* **What is being asked**
Starting at the line below that contains "f 56 95 141", print each line through the end of the records exactly as it appears.

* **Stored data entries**
*** Block opens ***

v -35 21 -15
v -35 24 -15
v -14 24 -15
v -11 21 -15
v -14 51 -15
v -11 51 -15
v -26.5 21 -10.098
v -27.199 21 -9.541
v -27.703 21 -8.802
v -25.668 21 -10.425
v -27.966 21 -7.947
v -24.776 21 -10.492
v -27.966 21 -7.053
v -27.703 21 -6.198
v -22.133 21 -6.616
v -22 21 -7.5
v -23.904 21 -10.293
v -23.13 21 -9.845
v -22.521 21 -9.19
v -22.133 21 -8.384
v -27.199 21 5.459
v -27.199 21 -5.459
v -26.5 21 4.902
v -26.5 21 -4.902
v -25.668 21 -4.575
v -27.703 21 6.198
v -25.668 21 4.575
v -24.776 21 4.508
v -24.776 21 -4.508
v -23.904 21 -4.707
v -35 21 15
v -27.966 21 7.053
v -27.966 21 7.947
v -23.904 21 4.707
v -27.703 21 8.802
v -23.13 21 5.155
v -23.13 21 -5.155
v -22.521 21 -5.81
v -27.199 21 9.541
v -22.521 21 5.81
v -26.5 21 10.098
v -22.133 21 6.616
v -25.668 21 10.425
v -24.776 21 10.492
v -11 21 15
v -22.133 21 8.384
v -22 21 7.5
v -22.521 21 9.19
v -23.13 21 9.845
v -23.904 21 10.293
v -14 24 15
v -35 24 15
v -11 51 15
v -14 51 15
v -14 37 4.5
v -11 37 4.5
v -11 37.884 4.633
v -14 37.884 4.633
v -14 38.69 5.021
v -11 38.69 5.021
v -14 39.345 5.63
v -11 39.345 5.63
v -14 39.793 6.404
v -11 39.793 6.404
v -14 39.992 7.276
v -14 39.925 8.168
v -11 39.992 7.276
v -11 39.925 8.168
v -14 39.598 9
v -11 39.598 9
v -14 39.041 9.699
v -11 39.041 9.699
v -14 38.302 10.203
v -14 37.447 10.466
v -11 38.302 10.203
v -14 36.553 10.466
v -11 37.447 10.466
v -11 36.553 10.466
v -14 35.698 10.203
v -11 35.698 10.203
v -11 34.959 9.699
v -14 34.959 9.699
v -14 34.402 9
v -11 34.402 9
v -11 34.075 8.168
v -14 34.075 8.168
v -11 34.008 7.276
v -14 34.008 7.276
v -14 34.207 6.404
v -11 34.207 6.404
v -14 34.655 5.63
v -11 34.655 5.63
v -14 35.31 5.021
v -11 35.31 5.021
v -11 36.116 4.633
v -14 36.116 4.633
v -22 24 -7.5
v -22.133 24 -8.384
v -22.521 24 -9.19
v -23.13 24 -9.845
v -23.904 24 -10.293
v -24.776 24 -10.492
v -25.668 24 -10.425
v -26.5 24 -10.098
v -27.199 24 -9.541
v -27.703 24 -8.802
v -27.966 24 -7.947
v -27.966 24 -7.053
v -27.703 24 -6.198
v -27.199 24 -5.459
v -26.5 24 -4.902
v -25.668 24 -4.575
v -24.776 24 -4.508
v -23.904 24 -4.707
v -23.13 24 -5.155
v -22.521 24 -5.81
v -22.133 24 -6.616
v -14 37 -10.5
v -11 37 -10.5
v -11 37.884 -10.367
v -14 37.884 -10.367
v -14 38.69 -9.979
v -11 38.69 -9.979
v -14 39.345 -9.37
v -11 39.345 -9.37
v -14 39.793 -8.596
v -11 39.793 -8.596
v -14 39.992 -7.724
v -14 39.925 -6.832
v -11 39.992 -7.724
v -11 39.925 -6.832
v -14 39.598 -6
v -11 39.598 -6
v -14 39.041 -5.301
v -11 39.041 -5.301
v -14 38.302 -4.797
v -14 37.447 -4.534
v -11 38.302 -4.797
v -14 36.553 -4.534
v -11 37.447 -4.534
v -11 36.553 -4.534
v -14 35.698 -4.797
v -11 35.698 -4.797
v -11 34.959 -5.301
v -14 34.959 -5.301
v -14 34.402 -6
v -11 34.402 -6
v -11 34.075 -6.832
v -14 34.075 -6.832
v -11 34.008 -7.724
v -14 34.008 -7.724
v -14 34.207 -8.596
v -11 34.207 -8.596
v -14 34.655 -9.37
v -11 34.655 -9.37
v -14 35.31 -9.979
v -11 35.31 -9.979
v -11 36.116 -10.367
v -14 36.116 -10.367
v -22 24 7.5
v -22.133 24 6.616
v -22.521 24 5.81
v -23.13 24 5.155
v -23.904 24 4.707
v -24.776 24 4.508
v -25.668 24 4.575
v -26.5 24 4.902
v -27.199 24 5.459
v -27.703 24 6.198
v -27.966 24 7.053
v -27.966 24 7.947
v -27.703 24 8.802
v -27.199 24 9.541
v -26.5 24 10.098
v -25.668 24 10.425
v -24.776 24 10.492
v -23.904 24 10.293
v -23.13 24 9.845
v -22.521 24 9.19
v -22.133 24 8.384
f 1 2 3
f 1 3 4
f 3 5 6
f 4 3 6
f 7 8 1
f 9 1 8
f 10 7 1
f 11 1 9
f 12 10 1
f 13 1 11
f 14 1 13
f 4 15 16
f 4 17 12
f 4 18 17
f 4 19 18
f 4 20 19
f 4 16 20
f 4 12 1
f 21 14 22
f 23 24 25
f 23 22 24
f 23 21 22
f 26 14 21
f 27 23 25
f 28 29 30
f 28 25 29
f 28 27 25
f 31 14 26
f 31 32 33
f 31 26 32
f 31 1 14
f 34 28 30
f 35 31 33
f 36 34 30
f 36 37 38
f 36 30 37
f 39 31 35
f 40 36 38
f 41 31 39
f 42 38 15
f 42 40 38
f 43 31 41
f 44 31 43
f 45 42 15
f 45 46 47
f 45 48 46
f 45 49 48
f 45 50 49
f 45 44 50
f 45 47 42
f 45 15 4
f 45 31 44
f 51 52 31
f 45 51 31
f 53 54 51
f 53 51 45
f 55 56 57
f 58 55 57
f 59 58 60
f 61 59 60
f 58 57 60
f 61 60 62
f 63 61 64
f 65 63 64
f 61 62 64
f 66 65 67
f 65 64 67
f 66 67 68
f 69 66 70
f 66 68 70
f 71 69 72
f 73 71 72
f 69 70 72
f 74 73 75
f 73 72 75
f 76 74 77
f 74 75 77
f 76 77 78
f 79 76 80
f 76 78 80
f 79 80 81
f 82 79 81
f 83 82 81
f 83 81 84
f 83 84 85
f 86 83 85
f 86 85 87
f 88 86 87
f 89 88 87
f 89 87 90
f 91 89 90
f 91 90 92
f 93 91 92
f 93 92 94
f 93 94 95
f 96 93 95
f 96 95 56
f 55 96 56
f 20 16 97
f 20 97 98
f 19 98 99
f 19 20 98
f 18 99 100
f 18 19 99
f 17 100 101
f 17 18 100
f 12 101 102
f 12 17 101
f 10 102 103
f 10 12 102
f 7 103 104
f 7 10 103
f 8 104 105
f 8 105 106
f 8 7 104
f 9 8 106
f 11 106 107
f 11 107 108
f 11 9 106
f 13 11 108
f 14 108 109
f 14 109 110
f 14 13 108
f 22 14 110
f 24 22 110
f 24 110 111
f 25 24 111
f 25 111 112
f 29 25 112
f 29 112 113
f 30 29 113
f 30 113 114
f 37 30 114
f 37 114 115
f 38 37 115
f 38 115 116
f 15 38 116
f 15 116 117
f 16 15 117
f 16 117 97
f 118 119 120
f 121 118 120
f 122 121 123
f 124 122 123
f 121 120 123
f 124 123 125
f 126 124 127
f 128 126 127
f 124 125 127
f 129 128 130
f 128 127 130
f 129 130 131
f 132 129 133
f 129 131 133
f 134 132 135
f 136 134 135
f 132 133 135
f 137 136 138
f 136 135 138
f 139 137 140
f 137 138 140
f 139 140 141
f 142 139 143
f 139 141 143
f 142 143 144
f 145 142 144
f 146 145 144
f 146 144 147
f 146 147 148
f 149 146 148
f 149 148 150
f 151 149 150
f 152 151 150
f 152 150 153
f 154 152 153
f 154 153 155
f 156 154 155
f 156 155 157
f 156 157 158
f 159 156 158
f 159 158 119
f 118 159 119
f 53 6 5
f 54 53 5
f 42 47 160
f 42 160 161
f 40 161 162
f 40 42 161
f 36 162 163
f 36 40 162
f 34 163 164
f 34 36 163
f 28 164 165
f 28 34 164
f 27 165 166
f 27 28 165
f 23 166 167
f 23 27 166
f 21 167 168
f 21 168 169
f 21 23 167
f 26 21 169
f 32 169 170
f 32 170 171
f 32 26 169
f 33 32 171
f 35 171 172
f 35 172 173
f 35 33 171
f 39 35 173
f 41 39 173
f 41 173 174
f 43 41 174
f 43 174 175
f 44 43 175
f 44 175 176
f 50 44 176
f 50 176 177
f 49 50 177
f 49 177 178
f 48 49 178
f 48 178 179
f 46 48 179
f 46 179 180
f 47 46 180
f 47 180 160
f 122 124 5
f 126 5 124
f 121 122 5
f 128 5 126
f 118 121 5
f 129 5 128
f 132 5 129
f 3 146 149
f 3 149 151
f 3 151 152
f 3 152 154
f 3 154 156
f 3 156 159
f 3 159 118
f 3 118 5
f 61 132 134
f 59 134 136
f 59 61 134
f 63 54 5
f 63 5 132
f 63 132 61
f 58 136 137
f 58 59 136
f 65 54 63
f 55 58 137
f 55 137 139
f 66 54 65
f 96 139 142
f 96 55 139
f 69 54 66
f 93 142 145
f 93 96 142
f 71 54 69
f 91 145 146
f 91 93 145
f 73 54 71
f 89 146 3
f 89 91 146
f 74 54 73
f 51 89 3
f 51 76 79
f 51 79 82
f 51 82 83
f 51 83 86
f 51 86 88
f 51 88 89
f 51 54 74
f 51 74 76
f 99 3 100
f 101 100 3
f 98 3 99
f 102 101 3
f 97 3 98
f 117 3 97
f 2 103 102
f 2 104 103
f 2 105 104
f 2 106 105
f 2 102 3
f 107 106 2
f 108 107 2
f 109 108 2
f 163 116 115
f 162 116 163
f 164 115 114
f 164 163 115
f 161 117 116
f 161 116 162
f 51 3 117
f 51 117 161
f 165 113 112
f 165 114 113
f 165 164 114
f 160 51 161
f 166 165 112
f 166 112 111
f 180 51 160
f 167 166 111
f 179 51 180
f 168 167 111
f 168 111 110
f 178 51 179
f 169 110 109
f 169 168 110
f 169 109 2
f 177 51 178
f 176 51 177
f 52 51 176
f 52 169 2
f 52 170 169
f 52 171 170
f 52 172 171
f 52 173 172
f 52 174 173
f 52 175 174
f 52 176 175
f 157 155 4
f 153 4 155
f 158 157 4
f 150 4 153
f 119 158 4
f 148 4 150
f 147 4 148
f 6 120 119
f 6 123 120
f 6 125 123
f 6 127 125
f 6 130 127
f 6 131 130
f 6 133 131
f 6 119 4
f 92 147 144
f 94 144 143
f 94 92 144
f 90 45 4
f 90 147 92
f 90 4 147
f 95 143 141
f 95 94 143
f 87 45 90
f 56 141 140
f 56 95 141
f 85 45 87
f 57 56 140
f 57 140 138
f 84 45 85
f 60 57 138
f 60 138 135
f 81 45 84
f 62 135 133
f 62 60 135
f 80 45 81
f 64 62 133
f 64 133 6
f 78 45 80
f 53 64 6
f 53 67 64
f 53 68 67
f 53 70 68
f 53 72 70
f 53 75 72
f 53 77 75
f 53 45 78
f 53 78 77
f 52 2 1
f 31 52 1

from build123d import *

# Parameters (mm, degrees)
AUFSATZ_LINEAR_AUSTRAGEN1_DEPTH      = 15
AUFSATZ_LINEAR_AUSTRAGEN1_DEPTH_BACK = 15
SKIZZE6_R                            = 3
SCHNITT_LINEAR_AUSTRAGEN1_DEPTH      = 14
SKIZZE8_R                            = 3
SCHNITT_LINEAR_AUSTRAGEN2_DEPTH      = 24


with BuildPart() as part:
    # Skizze3 → Aufsatz-Linear austragen1 (new body, two sides)
    with BuildSketch(Plane.XY) as aufsatz_linear_austragen1_sk:
        Polygon((-14, 24), (-35, 24), (-35, 21), (-11, 21), (-11, 51), (-14, 51), align=None)
    extrude(amount=AUFSATZ_LINEAR_AUSTRAGEN1_DEPTH)
    extrude(aufsatz_linear_austragen1_sk.sketch, amount=-AUFSATZ_LINEAR_AUSTRAGEN1_DEPTH_BACK)

    # Skizze6 → Schnitt-Linear austragen1 (cut)
    with BuildSketch(Plane(origin=(0, 0, 0), x_dir=(0, 0, -1), z_dir=(1, 0, 0))):
        with Locations((7.5, 37)):
            Circle(SKIZZE6_R)
        with Locations((-7.5, 37)):
            Circle(SKIZZE6_R)
    extrude(amount=-SCHNITT_LINEAR_AUSTRAGEN1_DEPTH, mode=Mode.SUBTRACT)

    # Skizze8 → Schnitt-Linear austragen2 (cut)
    with BuildSketch(Plane(origin=(0, 0, 0), x_dir=(1, 0, 0), z_dir=(0, 1, 0))):
        with Locations((-25, 7.5)):
            Circle(SKIZZE8_R)
        with Locations((-25, -7.5)):
            Circle(SKIZZE8_R)
    extrude(amount=SCHNITT_LINEAR_AUSTRAGEN2_DEPTH, mode=Mode.SUBTRACT)


solid = part.part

*** Block closes ***

* **Written solution**
f 56 95 141
f 85 45 87
f 57 56 140
f 57 140 138
f 84 45 85
f 60 57 138
f 60 138 135
f 81 45 84
f 62 135 133
f 62 60 135
f 80 45 81
f 64 62 133
f 64 133 6
f 78 45 80
f 53 64 6
f 53 67 64
f 53 68 67
f 53 70 68
f 53 72 70
f 53 75 72
f 53 77 75
f 53 45 78
f 53 78 77
f 52 2 1
f 31 52 1

from build123d import *

# Parameters (mm, degrees)
AUFSATZ_LINEAR_AUSTRAGEN1_DEPTH      = 15
AUFSATZ_LINEAR_AUSTRAGEN1_DEPTH_BACK = 15
SKIZZE6_R                            = 3
SCHNITT_LINEAR_AUSTRAGEN1_DEPTH      = 14
SKIZZE8_R                            = 3
SCHNITT_LINEAR_AUSTRAGEN2_DEPTH      = 24


with BuildPart() as part:
    # Skizze3 → Aufsatz-Linear austragen1 (new body, two sides)
    with BuildSketch(Plane.XY) as aufsatz_linear_austragen1_sk:
        Polygon((-14, 24), (-35, 24), (-35, 21), (-11, 21), (-11, 51), (-14, 51), align=None)
    extrude(amount=AUFSATZ_LINEAR_AUSTRAGEN1_DEPTH)
    extrude(aufsatz_linear_austragen1_sk.sketch, amount=-AUFSATZ_LINEAR_AUSTRAGEN1_DEPTH_BACK)

    # Skizze6 → Schnitt-Linear austragen1 (cut)
    with BuildSketch(Plane(origin=(0, 0, 0), x_dir=(0, 0, -1), z_dir=(1, 0, 0))):
        with Locations((7.5, 37)):
            Circle(SKIZZE6_R)
        with Locations((-7.5, 37)):
            Circle(SKIZZE6_R)
    extrude(amount=-SCHNITT_LINEAR_AUSTRAGEN1_DEPTH, mode=Mode.SUBTRACT)

    # Skizze8 → Schnitt-Linear austragen2 (cut)
    with BuildSketch(Plane(origin=(0, 0, 0), x_dir=(1, 0, 0), z_dir=(0, 1, 0))):
        with Locations((-25, 7.5)):
            Circle(SKIZZE8_R)
        with Locations((-25, -7.5)):
            Circle(SKIZZE8_R)
    extrude(amount=SCHNITT_LINEAR_AUSTRAGEN2_DEPTH, mode=Mode.SUBTRACT)


solid = part.part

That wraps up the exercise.